Assay owns the middle: the tool-call decision point where deterministic enforcement is both possible and critical.

Decision Framework

Use this to decide if Assay is right for your check:

Question If Yes → Assay If No → Other Tool
Can I express this as a JSON Schema? args_valid Use classifier
Can I express this as a tool sequence? sequence_valid Use workflow engine
Can I express this as a blocklist? tool_blocklist Use allowlist/RBAC
Does "maybe" ever make sense? ❌ Not Assay Use probabilistic check
Must the check be <10ms? ✅ Assay Async classifier OK

FAQ

Can Assay detect prompt injection?

No. Prompt injection detection requires semantic understanding of adversarial inputs. Use a dedicated prompt gateway or input sanitization layer.

Can Assay validate response quality?

No. Quality is subjective and requires LLM-as-judge or human evaluation. Assay validates actions, not content.

Can Assay enforce rate limits?

No. Rate limiting is a runtime infrastructure concern. Use your API gateway or agent framework's built-in throttling.

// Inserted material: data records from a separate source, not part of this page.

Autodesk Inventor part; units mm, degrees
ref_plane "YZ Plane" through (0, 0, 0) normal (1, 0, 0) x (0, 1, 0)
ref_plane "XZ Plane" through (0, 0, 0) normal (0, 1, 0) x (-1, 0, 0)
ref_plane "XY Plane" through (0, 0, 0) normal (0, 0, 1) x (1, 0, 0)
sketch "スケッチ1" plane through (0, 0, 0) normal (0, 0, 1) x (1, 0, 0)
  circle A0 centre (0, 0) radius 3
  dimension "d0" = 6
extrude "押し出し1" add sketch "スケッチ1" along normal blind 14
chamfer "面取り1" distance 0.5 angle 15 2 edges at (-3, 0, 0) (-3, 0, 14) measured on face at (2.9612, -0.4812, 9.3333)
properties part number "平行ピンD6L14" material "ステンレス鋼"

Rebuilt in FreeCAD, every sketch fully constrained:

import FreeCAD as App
import Part
import Sketcher

V = App.Vector
Q = App.Units.Quantity


def edges_at(feature, points):
    """Names of the edges that pass closest to the given points."""
    edges = feature.Shape.Edges
    near = lambda p: min(range(len(edges)), key=lambda i: edges[i].distToShape(Part.Vertex(*p))[0])
    return sorted({f"Edge{near(p) + 1}" for p in points})

doc = App.newDocument("Part")
body = doc.addObject("PartDesign::Body", "Body")

sketch1 = body.newObject("Sketcher::SketchObject", "Sketch")
sketch1.AttachmentSupport = (doc.getObject("XY_Plane"), [""])
sketch1.MapMode = "FlatFace"
sketch1.addGeometry(Part.Circle(V(0, 0, 0), V(0, 0, 1), 3), False)
sketch1.addConstraint([
    Sketcher.Constraint("Coincident", 0, 3, -1, 1),
    Sketcher.Constraint("Diameter", 0, Q("6 mm")),
])
pad1 = body.newObject("PartDesign::Pad", "Pad")
pad1.Profile = sketch1
pad1.Length = 14
doc.recompute()

chamfer = body.newObject("PartDesign::Chamfer", "Chamfer")
chamfer.Base = (pad1, edges_at(pad1, [(-3, 0, 0), (-3, 0, 14)]))
chamfer.ChamferType = "Distance and Angle"
chamfer.Size = 0.5
chamfer.Angle = 15

doc.recompute()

Can Assay replace my observability stack?

No. Assay produces audit events, but it's not a monitoring platform. Export Assay results to your existing observability tools (Datadog, Grafana, etc.) via the planned OTel integration.

Summary

Assay Is Assay Is Not
Deterministic Probabilistic
Rule-based Classifier-based
Tool-focused Content-focused
Fast (<10ms) Expensive (100ms+)
Auditable "Trust the model"

Tagline: If you can write it as a rule, Assay enforces it. If you need a model to decide, look elsewhere.